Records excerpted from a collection
■ ■ ■ ■ ■
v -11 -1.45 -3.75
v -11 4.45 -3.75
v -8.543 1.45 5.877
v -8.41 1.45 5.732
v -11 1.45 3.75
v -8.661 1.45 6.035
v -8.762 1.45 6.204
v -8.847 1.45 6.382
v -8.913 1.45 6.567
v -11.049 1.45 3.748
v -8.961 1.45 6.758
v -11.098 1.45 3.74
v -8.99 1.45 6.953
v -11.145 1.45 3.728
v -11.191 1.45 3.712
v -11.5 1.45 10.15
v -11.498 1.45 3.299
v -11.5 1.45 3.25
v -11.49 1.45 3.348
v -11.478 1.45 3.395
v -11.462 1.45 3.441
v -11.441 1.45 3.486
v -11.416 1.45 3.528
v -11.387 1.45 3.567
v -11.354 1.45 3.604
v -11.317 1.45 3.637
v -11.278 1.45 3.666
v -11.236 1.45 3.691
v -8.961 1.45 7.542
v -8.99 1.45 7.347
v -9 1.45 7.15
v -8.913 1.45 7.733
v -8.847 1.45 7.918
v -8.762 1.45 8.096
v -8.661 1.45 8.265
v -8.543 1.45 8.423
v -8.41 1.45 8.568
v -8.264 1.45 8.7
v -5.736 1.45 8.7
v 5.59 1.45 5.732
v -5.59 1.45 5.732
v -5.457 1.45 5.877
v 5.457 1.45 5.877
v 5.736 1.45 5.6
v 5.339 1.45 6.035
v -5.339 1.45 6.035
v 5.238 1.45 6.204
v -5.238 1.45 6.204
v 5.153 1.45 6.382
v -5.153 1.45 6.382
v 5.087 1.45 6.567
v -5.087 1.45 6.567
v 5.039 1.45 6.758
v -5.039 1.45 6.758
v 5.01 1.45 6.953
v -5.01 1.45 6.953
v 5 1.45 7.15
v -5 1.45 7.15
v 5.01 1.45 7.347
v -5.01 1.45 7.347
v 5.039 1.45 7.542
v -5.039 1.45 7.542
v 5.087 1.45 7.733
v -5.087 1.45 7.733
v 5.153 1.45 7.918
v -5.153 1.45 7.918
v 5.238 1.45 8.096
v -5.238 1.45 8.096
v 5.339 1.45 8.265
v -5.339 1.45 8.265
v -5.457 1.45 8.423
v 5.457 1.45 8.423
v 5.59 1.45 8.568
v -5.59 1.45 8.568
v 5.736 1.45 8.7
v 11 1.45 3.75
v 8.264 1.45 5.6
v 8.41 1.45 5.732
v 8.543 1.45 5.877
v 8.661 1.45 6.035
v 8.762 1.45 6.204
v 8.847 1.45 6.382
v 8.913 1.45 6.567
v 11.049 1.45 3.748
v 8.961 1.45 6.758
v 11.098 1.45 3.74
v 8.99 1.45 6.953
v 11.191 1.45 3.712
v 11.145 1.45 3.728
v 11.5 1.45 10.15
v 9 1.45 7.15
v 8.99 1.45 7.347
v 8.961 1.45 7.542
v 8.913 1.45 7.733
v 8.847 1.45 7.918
■ ■ ■ ■ ■
Start to finish, restate the records above word for word.

Written response —
v -11 -1.45 -3.75
v -11 4.45 -3.75
v -8.543 1.45 5.877
v -8.41 1.45 5.732
v -11 1.45 3.75
v -8.661 1.45 6.035
v -8.762 1.45 6.204
v -8.847 1.45 6.382
v -8.913 1.45 6.567
v -11.049 1.45 3.748
v -8.961 1.45 6.758
v -11.098 1.45 3.74
v -8.99 1.45 6.953
v -11.145 1.45 3.728
v -11.191 1.45 3.712
v -11.5 1.45 10.15
v -11.498 1.45 3.299
v -11.5 1.45 3.25
v -11.49 1.45 3.348
v -11.478 1.45 3.395
v -11.462 1.45 3.441
v -11.441 1.45 3.486
v -11.416 1.45 3.528
v -11.387 1.45 3.567
v -11.354 1.45 3.604
v -11.317 1.45 3.637
v -11.278 1.45 3.666
v -11.236 1.45 3.691
v -8.961 1.45 7.542
v -8.99 1.45 7.347
v -9 1.45 7.15
v -8.913 1.45 7.733
v -8.847 1.45 7.918
v -8.762 1.45 8.096
v -8.661 1.45 8.265
v -8.543 1.45 8.423
v -8.41 1.45 8.568
v -8.264 1.45 8.7
v -5.736 1.45 8.7
v 5.59 1.45 5.732
v -5.59 1.45 5.732
v -5.457 1.45 5.877
v 5.457 1.45 5.877
v 5.736 1.45 5.6
v 5.339 1.45 6.035
v -5.339 1.45 6.035
v 5.238 1.45 6.204
v -5.238 1.45 6.204
v 5.153 1.45 6.382
v -5.153 1.45 6.382
v 5.087 1.45 6.567
v -5.087 1.45 6.567
v 5.039 1.45 6.758
v -5.039 1.45 6.758
v 5.01 1.45 6.953
v -5.01 1.45 6.953
v 5 1.45 7.15
v -5 1.45 7.15
v 5.01 1.45 7.347
v -5.01 1.45 7.347
v 5.039 1.45 7.542
v -5.039 1.45 7.542
v 5.087 1.45 7.733
v -5.087 1.45 7.733
v 5.153 1.45 7.918
v -5.153 1.45 7.918
v 5.238 1.45 8.096
v -5.238 1.45 8.096
v 5.339 1.45 8.265
v -5.339 1.45 8.265
v -5.457 1.45 8.423
v 5.457 1.45 8.423
v 5.59 1.45 8.568
v -5.59 1.45 8.568
v 5.736 1.45 8.7
v 11 1.45 3.75
v 8.264 1.45 5.6
v 8.41 1.45 5.732
v 8.543 1.45 5.877
v 8.661 1.45 6.035
v 8.762 1.45 6.204
v 8.847 1.45 6.382
v 8.913 1.45 6.567
v 11.049 1.45 3.748
v 8.961 1.45 6.758
v 11.098 1.45 3.74
v 8.99 1.45 6.953
v 11.191 1.45 3.712
v 11.145 1.45 3.728
v 11.5 1.45 10.15
v 9 1.45 7.15
v 8.99 1.45 7.347
v 8.961 1.45 7.542
v 8.913 1.45 7.733
v 8.847 1.45 7.918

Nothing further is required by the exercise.